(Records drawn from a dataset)

>>>

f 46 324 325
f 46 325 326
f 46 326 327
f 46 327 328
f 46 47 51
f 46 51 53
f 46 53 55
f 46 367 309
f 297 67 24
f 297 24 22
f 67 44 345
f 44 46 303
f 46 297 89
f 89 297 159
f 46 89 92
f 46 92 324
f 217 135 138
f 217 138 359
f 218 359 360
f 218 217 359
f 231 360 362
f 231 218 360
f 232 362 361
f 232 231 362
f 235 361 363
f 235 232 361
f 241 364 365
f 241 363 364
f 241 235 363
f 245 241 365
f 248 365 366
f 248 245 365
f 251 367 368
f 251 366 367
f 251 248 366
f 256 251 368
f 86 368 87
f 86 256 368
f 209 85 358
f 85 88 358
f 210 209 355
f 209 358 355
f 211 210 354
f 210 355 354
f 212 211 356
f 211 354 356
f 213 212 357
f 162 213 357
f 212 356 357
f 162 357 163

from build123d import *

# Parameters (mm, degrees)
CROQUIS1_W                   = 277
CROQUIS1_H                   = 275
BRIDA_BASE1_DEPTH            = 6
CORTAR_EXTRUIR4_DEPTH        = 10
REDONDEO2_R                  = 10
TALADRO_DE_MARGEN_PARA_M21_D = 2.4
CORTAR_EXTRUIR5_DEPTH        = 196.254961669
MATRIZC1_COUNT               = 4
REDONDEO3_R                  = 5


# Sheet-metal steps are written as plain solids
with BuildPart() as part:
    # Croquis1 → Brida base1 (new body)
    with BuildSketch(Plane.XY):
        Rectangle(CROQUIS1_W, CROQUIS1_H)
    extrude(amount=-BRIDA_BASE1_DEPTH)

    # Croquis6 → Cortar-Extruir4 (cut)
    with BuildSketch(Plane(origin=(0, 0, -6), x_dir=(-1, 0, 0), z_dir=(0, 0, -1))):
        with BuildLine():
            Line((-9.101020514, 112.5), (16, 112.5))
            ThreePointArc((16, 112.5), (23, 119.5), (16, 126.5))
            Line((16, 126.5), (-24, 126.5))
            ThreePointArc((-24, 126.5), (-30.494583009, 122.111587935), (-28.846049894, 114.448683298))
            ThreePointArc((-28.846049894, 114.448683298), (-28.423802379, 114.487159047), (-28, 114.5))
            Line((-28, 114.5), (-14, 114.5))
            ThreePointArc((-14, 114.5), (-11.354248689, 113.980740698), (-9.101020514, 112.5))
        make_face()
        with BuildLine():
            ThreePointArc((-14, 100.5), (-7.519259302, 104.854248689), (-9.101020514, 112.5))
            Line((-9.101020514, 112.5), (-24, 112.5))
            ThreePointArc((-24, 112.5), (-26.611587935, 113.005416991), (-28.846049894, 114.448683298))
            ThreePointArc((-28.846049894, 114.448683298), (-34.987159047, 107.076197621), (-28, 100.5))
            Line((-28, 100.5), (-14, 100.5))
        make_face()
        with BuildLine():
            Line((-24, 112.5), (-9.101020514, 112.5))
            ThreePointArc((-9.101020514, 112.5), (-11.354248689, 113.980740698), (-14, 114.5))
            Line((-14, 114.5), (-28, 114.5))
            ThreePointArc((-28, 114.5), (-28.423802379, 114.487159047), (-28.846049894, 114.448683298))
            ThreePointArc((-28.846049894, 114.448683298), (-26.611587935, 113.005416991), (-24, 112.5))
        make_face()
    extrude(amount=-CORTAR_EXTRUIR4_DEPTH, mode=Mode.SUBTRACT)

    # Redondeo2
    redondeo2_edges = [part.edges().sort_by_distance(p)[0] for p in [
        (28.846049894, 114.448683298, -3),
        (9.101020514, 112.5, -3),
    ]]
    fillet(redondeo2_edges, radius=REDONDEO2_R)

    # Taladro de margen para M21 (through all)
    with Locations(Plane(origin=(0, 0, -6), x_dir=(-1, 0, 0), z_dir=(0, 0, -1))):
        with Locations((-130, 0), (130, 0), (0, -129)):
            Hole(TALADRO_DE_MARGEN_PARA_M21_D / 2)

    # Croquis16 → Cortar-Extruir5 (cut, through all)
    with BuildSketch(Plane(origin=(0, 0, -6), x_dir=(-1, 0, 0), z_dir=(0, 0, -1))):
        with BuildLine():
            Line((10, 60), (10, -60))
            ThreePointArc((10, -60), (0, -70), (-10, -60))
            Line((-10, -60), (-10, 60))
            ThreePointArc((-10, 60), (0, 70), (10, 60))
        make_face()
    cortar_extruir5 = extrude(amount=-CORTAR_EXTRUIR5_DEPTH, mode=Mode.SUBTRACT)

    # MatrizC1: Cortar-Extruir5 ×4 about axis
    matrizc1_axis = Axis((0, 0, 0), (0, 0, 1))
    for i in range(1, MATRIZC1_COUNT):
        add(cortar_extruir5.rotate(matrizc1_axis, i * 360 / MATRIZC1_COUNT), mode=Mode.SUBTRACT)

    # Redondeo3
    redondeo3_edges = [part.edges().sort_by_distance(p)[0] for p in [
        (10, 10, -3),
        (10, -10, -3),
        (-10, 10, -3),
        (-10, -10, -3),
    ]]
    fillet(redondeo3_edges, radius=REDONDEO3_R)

<<<
>>>

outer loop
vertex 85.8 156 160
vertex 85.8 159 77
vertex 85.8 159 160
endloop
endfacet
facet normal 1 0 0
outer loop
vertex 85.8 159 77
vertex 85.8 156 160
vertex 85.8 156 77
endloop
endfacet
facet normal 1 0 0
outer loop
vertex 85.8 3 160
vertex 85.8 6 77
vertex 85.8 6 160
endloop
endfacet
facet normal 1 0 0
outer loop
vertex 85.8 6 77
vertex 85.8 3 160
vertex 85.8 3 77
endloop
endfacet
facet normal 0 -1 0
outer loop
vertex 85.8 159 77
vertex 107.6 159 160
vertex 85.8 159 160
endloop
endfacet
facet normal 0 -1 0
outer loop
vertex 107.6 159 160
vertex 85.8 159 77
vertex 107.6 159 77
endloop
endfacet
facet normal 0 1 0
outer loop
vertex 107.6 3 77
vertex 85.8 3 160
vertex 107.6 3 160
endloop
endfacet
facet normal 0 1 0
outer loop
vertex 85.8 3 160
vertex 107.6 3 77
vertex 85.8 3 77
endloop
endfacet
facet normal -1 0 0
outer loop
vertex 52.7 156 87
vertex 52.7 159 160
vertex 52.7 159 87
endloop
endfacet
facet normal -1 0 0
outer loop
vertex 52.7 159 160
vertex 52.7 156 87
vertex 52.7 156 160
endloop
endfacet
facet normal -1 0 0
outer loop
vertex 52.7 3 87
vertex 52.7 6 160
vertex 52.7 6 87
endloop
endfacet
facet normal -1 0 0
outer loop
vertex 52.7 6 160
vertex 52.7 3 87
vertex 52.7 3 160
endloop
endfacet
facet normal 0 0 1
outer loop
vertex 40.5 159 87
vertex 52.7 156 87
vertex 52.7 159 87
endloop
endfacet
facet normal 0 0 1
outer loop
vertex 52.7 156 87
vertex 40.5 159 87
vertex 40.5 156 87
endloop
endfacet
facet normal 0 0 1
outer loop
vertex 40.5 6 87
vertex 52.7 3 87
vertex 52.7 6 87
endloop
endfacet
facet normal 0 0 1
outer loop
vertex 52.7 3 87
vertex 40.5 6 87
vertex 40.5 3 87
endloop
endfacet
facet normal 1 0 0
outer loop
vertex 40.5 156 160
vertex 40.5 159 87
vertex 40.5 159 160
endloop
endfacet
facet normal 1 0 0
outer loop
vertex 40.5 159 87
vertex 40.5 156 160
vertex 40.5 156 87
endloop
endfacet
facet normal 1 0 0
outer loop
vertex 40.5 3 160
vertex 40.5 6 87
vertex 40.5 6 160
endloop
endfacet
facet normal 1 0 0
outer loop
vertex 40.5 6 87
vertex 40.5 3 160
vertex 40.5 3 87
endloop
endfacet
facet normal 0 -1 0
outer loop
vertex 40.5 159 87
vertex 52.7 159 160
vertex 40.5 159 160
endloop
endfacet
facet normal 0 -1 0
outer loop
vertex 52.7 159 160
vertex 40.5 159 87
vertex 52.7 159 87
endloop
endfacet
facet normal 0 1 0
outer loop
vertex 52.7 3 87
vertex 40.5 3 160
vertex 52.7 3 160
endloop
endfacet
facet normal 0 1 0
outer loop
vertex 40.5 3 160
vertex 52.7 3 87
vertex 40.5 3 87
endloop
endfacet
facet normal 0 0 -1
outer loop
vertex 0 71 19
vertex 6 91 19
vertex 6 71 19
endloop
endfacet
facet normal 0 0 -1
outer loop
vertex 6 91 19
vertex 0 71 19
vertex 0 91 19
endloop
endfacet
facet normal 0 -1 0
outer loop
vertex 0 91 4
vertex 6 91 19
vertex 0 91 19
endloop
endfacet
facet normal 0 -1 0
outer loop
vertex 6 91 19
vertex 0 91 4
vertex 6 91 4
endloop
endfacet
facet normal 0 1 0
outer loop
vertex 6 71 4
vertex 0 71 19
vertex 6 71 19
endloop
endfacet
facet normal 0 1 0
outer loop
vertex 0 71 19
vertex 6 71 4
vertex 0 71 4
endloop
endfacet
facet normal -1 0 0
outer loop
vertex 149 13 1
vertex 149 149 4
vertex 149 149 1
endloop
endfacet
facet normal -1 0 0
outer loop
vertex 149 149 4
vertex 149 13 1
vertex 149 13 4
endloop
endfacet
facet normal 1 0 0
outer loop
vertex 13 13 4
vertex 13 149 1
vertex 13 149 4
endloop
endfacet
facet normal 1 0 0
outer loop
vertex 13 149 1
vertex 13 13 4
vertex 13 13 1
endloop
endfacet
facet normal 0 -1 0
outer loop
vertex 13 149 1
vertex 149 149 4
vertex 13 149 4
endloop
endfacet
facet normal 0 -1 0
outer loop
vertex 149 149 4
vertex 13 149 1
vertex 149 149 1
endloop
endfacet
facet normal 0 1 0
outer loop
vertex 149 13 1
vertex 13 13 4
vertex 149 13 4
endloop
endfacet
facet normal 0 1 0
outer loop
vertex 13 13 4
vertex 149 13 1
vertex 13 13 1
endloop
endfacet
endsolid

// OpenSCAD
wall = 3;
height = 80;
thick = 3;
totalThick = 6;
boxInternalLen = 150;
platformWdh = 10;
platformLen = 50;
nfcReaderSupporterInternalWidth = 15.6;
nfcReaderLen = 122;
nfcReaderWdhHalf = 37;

<<<

PROBLEM TO SOLVE: Could you restate word for word the lines above, from the one that contains "f 46 324 325" through the one that contains "f 235 232 361", and no others?

ANSWER BOX:
f 46 324 325
f 46 325 326
f 46 326 327
f 46 327 328
f 46 47 51
f 46 51 53
f 46 53 55
f 46 367 309
f 297 67 24
f 297 24 22
f 67 44 345
f 44 46 303
f 46 297 89
f 89 297 159
f 46 89 92
f 46 92 324
f 217 135 138
f 217 138 359
f 218 359 360
f 218 217 359
f 231 360 362
f 231 218 360
f 232 362 361
f 232 231 362
f 235 361 363
f 235 232 361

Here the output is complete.